Micro SD cards are up to about ~290 MB/s for read times these days, IIRC. That's the same as low-end SSDs.


That's throughput.

IOPS is important.

For random 4kb blocks / second

SD Card => 2.1 [1]

SSD => ~200 [2]

[1] https://www.cameramemoryspeed.com/reviews/micro-sd-cards/

[2] https://en.wikipedia.org/wiki/IOPS

And that's comparing good SD cards to good SSDs.

As I was saying, bad SD cards can be REALLY bad. The difference can be over 1000x.

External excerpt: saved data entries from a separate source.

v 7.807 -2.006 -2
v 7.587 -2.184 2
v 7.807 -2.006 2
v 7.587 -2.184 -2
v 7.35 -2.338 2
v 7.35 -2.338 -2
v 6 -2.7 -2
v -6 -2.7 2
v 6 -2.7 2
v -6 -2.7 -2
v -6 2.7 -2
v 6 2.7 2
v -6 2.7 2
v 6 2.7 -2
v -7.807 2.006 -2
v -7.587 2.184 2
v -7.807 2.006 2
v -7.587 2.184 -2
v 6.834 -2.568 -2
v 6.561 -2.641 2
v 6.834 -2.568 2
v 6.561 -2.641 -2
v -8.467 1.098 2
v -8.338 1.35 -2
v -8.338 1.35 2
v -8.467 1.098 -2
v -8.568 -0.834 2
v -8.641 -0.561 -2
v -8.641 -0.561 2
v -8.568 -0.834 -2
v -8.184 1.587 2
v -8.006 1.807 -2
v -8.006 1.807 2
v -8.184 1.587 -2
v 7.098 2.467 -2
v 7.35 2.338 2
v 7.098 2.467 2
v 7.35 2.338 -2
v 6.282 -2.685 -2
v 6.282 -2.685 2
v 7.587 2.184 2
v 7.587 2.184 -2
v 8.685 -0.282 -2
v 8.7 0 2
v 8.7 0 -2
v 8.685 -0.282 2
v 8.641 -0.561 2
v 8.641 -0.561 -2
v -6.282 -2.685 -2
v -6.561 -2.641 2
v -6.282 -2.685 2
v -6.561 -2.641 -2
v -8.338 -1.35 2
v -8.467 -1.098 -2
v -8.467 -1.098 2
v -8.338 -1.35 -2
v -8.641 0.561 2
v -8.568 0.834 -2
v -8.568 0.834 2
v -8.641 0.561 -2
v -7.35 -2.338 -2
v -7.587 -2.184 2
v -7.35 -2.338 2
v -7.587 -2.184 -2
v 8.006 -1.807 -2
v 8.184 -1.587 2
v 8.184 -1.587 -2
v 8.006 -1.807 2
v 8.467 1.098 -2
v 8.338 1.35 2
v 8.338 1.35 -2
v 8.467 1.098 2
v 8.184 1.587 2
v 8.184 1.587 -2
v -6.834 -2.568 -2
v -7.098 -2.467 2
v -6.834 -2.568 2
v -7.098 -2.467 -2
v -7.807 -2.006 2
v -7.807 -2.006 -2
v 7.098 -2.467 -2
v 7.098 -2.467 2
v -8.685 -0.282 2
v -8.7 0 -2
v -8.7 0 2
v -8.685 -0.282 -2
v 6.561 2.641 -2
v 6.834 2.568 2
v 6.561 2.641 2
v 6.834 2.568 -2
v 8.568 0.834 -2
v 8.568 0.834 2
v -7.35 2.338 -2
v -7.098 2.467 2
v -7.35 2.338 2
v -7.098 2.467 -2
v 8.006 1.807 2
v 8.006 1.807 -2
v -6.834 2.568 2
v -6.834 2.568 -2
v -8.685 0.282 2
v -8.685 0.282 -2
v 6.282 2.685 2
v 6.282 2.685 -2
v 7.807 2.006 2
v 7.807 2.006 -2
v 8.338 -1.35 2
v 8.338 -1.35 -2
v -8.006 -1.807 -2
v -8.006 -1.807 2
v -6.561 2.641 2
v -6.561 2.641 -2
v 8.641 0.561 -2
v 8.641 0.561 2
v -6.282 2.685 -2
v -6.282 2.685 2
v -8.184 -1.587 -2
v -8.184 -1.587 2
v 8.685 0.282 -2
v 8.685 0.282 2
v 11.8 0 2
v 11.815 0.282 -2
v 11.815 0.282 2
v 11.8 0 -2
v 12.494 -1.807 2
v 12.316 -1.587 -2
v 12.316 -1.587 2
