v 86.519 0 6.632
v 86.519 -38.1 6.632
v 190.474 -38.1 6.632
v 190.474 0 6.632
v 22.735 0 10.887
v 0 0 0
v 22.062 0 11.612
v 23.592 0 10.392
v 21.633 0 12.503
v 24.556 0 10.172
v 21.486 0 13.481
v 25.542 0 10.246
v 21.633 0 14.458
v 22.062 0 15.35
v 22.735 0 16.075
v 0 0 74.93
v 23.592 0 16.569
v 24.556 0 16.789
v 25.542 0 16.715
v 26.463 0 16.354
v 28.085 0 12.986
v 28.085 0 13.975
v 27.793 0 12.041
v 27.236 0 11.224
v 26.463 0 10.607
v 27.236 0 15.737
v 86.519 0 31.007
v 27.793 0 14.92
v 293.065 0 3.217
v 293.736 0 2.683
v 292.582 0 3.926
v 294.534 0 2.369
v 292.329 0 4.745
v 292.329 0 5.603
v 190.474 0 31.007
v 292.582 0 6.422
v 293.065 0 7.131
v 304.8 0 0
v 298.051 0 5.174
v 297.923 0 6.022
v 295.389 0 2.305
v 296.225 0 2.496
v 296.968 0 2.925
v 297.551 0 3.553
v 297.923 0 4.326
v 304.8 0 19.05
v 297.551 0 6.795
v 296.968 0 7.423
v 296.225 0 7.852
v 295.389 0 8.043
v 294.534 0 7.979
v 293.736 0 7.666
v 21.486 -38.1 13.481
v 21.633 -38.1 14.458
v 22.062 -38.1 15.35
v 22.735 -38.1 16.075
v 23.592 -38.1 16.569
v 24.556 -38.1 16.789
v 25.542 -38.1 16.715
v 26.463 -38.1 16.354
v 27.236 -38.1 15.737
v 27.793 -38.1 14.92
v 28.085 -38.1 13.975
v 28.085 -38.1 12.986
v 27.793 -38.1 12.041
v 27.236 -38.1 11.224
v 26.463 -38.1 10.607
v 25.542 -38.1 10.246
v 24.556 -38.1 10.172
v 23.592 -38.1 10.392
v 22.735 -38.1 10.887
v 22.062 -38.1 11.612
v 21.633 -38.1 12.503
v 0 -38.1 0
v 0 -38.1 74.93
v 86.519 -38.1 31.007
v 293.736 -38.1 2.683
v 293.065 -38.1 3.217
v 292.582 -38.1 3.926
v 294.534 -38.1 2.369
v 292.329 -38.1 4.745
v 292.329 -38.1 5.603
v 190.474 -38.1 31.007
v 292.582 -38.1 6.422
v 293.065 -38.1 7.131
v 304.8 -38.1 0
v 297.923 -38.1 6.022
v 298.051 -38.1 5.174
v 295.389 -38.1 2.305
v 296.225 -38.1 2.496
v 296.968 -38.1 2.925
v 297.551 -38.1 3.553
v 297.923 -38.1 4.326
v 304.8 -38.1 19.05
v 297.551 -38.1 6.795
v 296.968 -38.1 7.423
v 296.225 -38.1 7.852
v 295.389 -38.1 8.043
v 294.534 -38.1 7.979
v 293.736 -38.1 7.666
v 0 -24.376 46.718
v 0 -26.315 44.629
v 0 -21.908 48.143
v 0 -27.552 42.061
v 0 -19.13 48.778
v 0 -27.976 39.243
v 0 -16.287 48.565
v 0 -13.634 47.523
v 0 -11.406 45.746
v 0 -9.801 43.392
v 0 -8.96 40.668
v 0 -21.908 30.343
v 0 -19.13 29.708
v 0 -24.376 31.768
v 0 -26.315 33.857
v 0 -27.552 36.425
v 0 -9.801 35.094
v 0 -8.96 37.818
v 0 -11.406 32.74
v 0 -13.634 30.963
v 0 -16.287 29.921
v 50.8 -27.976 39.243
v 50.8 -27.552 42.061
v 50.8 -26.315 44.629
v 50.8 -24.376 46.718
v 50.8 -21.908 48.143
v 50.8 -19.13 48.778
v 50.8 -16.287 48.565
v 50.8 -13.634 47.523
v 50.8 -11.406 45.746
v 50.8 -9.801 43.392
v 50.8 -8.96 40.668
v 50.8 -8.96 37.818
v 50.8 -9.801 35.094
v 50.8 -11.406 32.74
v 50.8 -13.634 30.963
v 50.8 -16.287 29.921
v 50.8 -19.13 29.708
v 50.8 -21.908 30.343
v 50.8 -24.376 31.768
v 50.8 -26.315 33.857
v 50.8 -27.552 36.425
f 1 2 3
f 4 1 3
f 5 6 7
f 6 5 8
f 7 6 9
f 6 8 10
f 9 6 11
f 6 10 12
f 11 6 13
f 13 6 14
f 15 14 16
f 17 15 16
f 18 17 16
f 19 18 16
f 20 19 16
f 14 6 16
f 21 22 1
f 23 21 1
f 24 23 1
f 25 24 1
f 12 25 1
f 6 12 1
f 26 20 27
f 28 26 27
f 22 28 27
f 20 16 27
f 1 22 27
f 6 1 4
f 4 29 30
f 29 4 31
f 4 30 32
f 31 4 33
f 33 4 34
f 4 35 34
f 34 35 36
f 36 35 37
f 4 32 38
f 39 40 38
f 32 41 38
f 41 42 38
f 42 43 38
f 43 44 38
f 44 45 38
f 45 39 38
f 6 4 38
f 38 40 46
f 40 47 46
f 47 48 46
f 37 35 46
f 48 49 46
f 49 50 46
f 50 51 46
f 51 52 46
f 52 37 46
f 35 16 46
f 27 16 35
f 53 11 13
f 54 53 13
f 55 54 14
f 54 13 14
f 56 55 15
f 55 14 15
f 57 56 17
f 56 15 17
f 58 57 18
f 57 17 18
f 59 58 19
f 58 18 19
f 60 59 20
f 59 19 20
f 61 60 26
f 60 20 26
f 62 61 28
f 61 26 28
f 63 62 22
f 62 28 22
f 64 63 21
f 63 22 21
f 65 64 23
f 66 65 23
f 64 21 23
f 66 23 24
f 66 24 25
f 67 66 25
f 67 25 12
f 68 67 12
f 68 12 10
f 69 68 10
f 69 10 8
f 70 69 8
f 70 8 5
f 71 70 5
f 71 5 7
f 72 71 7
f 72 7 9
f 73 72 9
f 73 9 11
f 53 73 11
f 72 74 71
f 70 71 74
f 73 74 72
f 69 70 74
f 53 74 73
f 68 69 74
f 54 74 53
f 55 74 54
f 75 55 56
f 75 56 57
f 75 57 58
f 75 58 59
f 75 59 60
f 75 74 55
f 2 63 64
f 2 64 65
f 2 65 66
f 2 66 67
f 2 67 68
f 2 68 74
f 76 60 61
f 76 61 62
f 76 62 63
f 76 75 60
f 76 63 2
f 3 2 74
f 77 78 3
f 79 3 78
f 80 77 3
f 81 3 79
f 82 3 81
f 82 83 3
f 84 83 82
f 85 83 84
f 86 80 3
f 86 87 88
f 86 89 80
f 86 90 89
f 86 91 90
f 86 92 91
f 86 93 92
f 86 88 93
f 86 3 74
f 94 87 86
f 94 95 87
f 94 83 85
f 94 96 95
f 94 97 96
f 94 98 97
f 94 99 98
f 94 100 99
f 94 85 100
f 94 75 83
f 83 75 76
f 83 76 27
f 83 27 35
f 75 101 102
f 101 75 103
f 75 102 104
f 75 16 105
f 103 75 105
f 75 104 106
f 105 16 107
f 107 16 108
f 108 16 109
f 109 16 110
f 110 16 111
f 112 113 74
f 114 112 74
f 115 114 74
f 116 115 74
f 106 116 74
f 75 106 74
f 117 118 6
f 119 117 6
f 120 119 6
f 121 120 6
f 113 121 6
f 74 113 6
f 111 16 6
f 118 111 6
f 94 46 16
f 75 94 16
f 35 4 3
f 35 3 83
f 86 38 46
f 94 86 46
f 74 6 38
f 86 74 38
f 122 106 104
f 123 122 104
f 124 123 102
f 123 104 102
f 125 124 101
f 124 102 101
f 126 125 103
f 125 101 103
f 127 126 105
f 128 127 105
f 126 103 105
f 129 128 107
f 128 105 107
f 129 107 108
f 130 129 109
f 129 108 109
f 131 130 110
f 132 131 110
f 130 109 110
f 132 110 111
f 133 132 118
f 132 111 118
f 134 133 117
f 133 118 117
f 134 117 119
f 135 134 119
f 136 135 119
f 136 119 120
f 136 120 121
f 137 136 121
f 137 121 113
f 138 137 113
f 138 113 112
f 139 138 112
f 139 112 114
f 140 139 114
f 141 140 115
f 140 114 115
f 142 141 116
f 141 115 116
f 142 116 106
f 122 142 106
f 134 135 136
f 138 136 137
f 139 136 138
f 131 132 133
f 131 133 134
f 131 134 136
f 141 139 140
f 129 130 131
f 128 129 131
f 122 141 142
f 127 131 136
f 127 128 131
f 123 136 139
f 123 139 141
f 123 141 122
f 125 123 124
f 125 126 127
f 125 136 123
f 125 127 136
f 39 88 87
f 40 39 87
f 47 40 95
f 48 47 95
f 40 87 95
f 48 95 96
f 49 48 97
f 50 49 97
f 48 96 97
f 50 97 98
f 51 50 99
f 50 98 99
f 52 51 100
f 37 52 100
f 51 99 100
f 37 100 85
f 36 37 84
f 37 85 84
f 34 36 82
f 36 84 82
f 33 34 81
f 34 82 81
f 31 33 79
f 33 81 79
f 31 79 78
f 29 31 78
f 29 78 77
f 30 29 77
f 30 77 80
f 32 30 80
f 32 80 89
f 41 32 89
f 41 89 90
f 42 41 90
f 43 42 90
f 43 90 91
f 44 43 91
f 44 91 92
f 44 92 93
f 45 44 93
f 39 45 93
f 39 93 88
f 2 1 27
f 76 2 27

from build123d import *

# Parameters (mm, degrees)
F1_DEPTH = 38.1
F2_R     = 9.561336
F3_DEPTH = 50.8
F4_R     = 3.317837
F5_DEPTH = 42.926
F6_W     = 103.955641
F6_H     = 24.375808
F7_DEPTH = 50.8
F8_R     = 2.876859
F9_DEPTH = 45.212


with BuildPart() as f1:
    # F0 (on Front) → F1 (new body)
    with BuildSketch(Plane.XZ):
        Polygon((0, 74.93), (0, 0), (304.8, 0), (304.8, 19.05), align=None)
    extrude(amount=F1_DEPTH)

    # F2 (on face) → F3 (cut)
    with BuildSketch(Plane(origin=(0, 0, 0), x_dir=(0, -1, 0), z_dir=(-1, 0, 0))):
        with Locations((18.415, 39.243001)):
            Circle(F2_R)
    extrude(amount=-F3_DEPTH, mode=Mode.SUBTRACT)

    # F4 (on face) → F5 (cut)
    with BuildSketch(Plane(origin=(0, 0, 0), x_dir=(-1, 0, 0), z_dir=(0, 1, 0))):
        with Locations((-24.803754, 13.480514)):
            Circle(F4_R)
    extrude(amount=-F5_DEPTH, mode=Mode.SUBTRACT)

    # F6 (on face) → F7 (cut)
    with BuildSketch(Plane.XZ.offset(38.1)):
        with Locations((138.49657, 18.819557)):
            Rectangle(F6_W, F6_H)
    extrude(amount=-F7_DEPTH, mode=Mode.SUBTRACT)

    # F8 (on face) → F9 (cut)
    with BuildSketch(Plane.XZ.offset(38.1)):
        with Locations((295.173943, 5.17409)):
            Circle(F8_R)
    extrude(amount=-F9_DEPTH, mode=Mode.SUBTRACT)


solid = f1.part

Anything that depends on being able to read ANY small piece of information regularly in a reasonable amount of time from disk would simply not be playable.


That's assuming the games are writing to the SD cards and not the SSD though, right?

If this is Debian/Arch OS, I'd assume they are writing to a system folder.


No - those are random READS - not writes.

If the game is on the SD Card - it will be read from the SD card.

Sure, if the game needs to randomly write data to disk (I assume this is much rarer) - then it would write to the system SSD as usual.


Got it. So SD cards are optimized for large, continuous file reads, not varied file reads.


I'm not sure that's what they're optimized for. I think it's more of just that's how the technology works.

It's the same way I wouldn't say that film is optimized for storing lots of data with horrible access cheaply. It just happens to be what it is.


Used to play them fine on hard drives. Micro SD cards became as fast as them quite a while ago.